INPUT RECORDS ->
------------------------------------
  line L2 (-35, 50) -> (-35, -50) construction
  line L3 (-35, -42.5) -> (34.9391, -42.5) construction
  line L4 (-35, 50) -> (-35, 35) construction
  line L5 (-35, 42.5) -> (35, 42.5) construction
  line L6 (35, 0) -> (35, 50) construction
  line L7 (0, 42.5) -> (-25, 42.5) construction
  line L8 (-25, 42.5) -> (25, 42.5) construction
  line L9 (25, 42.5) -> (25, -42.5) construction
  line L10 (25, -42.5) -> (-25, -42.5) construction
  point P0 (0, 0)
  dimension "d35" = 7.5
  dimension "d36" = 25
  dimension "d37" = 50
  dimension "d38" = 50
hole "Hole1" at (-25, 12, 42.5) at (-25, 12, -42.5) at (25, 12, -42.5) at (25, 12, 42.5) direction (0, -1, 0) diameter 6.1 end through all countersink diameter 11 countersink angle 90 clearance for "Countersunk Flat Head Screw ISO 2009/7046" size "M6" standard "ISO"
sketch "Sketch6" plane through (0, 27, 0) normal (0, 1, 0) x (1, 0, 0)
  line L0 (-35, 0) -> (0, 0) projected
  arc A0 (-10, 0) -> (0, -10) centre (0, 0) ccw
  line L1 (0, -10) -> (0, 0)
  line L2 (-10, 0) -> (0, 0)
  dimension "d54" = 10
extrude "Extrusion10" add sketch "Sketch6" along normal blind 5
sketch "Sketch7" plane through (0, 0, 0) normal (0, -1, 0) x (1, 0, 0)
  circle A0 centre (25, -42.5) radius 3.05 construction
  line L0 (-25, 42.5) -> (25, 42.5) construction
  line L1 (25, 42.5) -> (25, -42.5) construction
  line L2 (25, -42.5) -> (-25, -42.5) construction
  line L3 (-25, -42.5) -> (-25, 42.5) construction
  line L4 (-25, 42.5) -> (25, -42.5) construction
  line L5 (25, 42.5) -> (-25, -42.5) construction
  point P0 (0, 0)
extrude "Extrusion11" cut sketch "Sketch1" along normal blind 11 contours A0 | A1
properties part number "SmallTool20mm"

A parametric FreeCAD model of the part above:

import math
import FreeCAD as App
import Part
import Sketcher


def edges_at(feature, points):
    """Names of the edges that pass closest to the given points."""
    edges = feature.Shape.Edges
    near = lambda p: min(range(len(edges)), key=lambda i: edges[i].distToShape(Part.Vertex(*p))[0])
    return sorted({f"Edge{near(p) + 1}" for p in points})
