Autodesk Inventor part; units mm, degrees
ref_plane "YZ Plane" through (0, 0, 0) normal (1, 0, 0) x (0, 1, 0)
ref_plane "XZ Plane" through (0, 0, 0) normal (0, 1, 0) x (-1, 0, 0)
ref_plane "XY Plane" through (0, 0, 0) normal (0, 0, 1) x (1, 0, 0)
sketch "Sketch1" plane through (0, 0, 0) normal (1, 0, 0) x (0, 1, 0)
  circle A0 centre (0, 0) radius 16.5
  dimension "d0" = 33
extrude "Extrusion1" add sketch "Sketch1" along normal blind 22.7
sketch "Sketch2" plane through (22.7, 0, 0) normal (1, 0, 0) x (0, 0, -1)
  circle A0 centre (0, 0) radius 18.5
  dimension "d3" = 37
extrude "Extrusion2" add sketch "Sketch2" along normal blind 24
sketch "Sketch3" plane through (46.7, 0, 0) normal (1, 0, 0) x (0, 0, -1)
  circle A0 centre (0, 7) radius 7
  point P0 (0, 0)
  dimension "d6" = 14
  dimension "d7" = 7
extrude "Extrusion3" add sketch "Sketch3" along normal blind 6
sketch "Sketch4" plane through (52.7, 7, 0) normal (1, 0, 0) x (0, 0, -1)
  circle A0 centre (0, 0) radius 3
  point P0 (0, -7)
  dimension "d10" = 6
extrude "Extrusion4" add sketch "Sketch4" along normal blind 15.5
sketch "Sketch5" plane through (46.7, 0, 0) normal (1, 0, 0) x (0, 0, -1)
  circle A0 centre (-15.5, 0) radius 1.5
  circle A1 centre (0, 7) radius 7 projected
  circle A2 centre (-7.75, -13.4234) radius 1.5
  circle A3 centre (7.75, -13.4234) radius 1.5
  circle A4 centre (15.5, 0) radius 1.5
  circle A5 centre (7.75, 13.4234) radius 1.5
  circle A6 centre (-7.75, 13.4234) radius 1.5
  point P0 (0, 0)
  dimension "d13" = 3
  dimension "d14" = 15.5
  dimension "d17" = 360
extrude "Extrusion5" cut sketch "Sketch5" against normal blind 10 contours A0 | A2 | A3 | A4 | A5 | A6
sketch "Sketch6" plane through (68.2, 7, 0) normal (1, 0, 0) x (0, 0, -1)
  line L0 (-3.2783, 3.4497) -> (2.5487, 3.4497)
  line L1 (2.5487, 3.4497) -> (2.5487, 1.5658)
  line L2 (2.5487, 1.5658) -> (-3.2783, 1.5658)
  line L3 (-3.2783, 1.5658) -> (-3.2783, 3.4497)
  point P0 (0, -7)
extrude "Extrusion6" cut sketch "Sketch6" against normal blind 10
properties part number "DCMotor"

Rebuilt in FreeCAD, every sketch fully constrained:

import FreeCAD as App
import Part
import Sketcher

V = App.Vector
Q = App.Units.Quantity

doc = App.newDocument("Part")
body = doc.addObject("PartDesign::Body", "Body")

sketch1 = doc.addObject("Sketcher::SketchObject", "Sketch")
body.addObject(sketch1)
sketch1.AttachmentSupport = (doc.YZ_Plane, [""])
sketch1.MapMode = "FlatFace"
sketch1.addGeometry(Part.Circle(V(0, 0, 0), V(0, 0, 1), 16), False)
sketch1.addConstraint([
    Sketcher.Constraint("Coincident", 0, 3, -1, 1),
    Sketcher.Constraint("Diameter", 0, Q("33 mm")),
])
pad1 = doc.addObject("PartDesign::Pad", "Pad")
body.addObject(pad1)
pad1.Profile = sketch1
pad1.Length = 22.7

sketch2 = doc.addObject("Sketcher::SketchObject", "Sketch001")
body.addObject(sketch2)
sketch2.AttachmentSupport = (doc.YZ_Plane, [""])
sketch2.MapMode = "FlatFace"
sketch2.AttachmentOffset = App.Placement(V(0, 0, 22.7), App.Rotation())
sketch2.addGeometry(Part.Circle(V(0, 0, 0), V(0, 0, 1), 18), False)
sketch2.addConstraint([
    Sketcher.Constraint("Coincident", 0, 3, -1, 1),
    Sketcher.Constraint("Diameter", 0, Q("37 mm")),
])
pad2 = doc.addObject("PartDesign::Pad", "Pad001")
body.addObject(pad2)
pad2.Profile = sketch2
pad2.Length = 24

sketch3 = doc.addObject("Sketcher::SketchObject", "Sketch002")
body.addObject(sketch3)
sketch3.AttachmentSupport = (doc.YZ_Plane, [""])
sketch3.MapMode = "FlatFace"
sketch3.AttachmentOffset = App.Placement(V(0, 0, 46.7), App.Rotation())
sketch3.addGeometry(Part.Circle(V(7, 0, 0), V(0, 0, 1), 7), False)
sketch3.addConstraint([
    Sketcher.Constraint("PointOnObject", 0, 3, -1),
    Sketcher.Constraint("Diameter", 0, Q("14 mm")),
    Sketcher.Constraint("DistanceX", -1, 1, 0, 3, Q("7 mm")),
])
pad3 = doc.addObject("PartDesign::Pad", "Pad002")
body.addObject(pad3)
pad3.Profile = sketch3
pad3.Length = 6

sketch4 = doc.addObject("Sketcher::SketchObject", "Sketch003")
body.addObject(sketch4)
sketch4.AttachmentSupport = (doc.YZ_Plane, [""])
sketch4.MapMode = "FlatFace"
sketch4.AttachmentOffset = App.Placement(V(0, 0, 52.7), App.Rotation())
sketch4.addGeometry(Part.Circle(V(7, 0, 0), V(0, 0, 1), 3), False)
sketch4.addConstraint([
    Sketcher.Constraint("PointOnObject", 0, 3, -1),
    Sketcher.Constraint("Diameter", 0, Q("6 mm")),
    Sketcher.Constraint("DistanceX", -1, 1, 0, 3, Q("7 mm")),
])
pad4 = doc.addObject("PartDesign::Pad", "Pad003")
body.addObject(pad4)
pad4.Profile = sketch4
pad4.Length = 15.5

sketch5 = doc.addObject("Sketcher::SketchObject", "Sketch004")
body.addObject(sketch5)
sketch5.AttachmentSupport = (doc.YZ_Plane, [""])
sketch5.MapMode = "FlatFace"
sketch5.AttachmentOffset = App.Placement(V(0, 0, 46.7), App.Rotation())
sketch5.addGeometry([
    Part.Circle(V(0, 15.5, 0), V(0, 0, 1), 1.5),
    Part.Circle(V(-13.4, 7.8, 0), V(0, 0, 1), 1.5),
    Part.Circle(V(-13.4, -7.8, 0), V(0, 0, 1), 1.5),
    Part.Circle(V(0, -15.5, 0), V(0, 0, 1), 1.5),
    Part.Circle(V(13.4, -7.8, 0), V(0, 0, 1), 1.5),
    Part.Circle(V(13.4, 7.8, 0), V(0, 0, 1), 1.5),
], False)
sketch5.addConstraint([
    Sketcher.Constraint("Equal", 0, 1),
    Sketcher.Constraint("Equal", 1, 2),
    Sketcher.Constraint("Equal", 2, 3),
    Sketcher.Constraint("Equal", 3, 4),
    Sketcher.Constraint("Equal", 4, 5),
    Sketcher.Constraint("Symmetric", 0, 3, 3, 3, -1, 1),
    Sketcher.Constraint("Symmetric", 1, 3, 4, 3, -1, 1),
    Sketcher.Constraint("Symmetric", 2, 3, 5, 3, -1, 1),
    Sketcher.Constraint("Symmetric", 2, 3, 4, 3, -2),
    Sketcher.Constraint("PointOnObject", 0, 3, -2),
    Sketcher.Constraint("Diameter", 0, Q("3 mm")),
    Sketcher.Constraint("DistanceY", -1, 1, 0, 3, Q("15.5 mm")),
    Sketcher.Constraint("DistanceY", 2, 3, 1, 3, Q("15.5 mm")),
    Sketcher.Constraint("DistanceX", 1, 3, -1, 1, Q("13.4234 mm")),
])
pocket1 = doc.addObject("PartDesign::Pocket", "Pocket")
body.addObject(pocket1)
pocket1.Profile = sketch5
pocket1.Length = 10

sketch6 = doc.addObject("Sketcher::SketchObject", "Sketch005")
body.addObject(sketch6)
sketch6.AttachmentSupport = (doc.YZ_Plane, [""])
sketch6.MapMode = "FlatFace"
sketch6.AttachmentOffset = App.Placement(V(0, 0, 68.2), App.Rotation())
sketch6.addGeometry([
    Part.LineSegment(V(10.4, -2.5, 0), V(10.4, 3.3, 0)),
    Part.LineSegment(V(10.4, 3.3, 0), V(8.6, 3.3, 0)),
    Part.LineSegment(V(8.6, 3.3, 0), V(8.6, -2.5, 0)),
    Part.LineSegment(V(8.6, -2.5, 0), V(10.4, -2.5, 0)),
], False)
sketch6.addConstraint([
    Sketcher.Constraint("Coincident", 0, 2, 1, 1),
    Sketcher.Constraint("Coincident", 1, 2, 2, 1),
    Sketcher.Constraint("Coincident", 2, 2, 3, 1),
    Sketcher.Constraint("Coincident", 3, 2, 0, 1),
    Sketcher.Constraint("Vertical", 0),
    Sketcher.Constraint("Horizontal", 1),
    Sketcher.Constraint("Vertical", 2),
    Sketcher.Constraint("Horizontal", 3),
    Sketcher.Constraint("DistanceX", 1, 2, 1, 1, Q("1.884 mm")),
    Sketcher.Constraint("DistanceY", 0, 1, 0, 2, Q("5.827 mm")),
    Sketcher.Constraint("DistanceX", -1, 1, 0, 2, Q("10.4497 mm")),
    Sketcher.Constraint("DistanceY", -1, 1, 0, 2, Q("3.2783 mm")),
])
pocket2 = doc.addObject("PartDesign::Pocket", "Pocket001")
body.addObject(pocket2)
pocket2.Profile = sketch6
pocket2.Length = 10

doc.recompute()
------------------------------------
TASK PROMPT ->
What lines in the entries above include the string "number"? Return each one.

SOLUTION TO THIS TASK ->
properties part number "SmallTool20mm"
properties part number "DCMotor"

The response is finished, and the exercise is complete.